REQUIRED WORK. Among the lines below, a stretch begins at the one with "#127=ORIENTED_EDGE('',*,*,#83,.F.);" and ends at the one with "#152=MANIFOLD_SOLID_BREP('',#151);". Repeat that stretch exactly, ends included.

MATERIAL FOR THIS EXERCISE.
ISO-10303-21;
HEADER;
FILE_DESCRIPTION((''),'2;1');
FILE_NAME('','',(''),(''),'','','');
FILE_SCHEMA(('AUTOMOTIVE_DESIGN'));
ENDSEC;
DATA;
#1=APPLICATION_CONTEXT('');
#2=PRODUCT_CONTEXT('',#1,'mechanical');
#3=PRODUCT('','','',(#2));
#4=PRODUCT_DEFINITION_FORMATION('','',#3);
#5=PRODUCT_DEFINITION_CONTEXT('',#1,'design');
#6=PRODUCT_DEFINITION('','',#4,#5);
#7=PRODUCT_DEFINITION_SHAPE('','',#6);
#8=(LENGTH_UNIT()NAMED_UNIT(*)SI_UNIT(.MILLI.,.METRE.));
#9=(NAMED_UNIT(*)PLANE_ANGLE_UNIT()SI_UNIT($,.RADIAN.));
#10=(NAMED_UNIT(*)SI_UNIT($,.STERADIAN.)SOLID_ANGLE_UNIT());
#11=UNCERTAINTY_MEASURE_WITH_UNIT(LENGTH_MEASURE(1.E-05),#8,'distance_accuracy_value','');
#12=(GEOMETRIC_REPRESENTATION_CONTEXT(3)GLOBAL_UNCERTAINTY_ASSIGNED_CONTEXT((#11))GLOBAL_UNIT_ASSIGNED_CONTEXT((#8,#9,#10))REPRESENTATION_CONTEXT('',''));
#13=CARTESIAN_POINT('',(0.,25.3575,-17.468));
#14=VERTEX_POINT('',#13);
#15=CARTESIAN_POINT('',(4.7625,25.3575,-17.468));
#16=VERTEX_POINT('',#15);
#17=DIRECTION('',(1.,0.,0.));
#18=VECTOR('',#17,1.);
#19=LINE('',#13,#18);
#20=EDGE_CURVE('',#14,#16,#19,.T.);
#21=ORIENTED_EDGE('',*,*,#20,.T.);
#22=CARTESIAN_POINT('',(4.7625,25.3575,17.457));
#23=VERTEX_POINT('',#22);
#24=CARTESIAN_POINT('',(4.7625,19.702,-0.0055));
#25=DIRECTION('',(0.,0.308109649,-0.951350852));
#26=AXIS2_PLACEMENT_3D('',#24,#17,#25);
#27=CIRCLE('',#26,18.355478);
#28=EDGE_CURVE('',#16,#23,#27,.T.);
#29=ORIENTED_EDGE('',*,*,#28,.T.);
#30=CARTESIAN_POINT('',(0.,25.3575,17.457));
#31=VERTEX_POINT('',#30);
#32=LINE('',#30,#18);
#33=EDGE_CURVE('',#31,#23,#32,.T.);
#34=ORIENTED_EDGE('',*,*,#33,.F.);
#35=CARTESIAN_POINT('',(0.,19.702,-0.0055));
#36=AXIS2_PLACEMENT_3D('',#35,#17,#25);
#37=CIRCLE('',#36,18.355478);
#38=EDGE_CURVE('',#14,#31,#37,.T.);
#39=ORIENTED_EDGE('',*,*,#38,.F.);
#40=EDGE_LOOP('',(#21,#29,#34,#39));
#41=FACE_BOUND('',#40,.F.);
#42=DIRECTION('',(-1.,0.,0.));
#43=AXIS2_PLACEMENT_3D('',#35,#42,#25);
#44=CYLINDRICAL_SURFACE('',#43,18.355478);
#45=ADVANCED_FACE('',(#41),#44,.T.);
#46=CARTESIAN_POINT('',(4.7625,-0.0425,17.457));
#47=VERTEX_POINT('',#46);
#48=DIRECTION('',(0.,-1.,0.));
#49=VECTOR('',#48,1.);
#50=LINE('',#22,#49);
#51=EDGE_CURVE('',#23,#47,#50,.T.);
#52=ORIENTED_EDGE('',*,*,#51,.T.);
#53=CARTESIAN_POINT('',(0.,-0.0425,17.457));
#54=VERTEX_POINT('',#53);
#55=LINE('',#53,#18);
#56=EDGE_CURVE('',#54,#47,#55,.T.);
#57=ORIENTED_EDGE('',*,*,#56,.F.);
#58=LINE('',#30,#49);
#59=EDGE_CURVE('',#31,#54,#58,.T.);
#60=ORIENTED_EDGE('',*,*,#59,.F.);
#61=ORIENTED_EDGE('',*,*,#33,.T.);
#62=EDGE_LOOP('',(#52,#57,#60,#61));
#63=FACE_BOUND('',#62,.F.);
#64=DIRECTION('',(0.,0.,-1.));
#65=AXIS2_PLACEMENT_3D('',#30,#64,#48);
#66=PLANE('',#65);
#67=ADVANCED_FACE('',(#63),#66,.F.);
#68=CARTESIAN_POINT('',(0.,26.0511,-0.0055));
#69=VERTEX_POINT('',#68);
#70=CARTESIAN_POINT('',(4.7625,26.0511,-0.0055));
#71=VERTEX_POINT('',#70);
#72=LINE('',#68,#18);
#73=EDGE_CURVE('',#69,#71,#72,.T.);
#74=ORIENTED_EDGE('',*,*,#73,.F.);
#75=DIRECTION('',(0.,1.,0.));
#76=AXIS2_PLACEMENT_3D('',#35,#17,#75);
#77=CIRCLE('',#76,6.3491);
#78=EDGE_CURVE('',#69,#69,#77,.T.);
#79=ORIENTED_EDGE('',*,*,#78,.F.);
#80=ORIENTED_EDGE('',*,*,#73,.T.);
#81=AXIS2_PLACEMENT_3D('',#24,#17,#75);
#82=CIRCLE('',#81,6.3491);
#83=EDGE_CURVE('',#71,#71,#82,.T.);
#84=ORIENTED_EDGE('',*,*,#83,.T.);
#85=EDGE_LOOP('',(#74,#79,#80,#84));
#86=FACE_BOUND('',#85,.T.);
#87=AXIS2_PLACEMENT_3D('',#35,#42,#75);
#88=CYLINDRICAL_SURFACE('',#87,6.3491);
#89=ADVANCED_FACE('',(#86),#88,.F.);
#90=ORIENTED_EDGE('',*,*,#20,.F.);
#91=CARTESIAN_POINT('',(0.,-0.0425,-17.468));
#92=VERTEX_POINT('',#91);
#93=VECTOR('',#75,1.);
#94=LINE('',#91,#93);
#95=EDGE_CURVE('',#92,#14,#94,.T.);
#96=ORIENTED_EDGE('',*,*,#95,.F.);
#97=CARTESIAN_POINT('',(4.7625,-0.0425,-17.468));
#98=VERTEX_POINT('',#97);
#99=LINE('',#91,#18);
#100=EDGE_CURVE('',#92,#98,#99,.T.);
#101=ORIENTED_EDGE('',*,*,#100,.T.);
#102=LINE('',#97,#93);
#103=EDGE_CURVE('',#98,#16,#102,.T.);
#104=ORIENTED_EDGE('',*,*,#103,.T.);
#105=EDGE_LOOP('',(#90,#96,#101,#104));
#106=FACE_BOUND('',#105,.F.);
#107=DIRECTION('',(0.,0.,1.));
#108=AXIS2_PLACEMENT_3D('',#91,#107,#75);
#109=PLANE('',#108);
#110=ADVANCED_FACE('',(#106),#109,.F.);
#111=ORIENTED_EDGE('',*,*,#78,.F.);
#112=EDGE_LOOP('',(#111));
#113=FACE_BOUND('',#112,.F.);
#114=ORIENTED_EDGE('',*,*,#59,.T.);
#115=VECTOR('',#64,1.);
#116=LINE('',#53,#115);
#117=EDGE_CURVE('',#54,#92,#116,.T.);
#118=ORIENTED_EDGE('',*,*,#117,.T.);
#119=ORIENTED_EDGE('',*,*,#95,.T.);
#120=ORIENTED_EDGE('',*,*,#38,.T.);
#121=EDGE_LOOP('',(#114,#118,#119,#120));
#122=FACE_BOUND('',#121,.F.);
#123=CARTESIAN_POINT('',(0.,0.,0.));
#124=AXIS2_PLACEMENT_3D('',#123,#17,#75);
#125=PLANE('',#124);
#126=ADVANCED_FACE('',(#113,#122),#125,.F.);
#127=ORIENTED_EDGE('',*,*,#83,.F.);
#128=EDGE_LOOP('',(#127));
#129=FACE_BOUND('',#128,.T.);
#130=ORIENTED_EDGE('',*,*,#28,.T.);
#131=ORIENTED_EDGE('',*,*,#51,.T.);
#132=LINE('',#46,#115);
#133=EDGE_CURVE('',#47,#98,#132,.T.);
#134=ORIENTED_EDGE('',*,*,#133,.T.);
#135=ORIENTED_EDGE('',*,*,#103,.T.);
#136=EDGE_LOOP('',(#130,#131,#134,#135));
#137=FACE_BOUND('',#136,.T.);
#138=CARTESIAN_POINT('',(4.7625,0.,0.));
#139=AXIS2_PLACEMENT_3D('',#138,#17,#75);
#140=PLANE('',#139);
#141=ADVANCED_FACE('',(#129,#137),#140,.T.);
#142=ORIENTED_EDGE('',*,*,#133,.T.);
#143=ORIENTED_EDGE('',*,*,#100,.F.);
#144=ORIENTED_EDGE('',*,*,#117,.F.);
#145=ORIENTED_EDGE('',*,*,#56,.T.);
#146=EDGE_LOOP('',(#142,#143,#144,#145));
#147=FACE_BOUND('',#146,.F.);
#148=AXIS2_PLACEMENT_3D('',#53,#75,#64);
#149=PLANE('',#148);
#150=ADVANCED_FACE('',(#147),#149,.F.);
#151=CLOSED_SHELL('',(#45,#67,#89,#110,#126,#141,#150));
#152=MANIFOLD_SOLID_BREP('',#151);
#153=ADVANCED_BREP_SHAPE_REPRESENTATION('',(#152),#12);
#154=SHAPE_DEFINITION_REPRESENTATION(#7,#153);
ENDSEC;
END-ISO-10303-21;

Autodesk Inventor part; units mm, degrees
ref_plane "YZ Plane" through (0, 0, 0) normal (1, 0, 0) x (0, 1, 0)
ref_plane "XZ Plane" through (0, 0, 0) normal (0, 1, 0) x (-1, 0, 0)
ref_plane "XY Plane" through (0, 0, 0) normal (0, 0, 1) x (1, 0, 0)
sketch "Sketch1" plane through (0, 0, 0) normal (1, 0, 0) x (0, 1, 0)
  line L0 (25.3575, 17.457) -> (-0.0425, 17.457)
  line L1 (-0.0425, 17.457) -> (-0.0425, -17.468)
  line L2 (-0.0425, -17.468) -> (25.3575, -17.468)
  arc A0 (25.3575, -17.468) -> (25.3575, 17.457) centre (19.702, -0.0055) ccw
  circle A1 centre (19.702, -0.0055) radius 6.3491
  dimension "d1" = 34.925
extrude "Extrusion1" add sketch "Sketch1" along normal blind 4.7625
properties part number "side"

SOLUTION TO THIS TASK.
#127=ORIENTED_EDGE('',*,*,#83,.F.);
#128=EDGE_LOOP('',(#127));
#129=FACE_BOUND('',#128,.T.);
#130=ORIENTED_EDGE('',*,*,#28,.T.);
#131=ORIENTED_EDGE('',*,*,#51,.T.);
#132=LINE('',#46,#115);
#133=EDGE_CURVE('',#47,#98,#132,.T.);
#134=ORIENTED_EDGE('',*,*,#133,.T.);
#135=ORIENTED_EDGE('',*,*,#103,.T.);
#136=EDGE_LOOP('',(#130,#131,#134,#135));
#137=FACE_BOUND('',#136,.T.);
#138=CARTESIAN_POINT('',(4.7625,0.,0.));
#139=AXIS2_PLACEMENT_3D('',#138,#17,#75);
#140=PLANE('',#139);
#141=ADVANCED_FACE('',(#129,#137),#140,.T.);
#142=ORIENTED_EDGE('',*,*,#133,.T.);
#143=ORIENTED_EDGE('',*,*,#100,.F.);
#144=ORIENTED_EDGE('',*,*,#117,.F.);
#145=ORIENTED_EDGE('',*,*,#56,.T.);
#146=EDGE_LOOP('',(#142,#143,#144,#145));
#147=FACE_BOUND('',#146,.F.);
#148=AXIS2_PLACEMENT_3D('',#53,#75,#64);
#149=PLANE('',#148);
#150=ADVANCED_FACE('',(#147),#149,.F.);
#151=CLOSED_SHELL('',(#45,#67,#89,#110,#126,#141,#150));
#152=MANIFOLD_SOLID_BREP('',#151);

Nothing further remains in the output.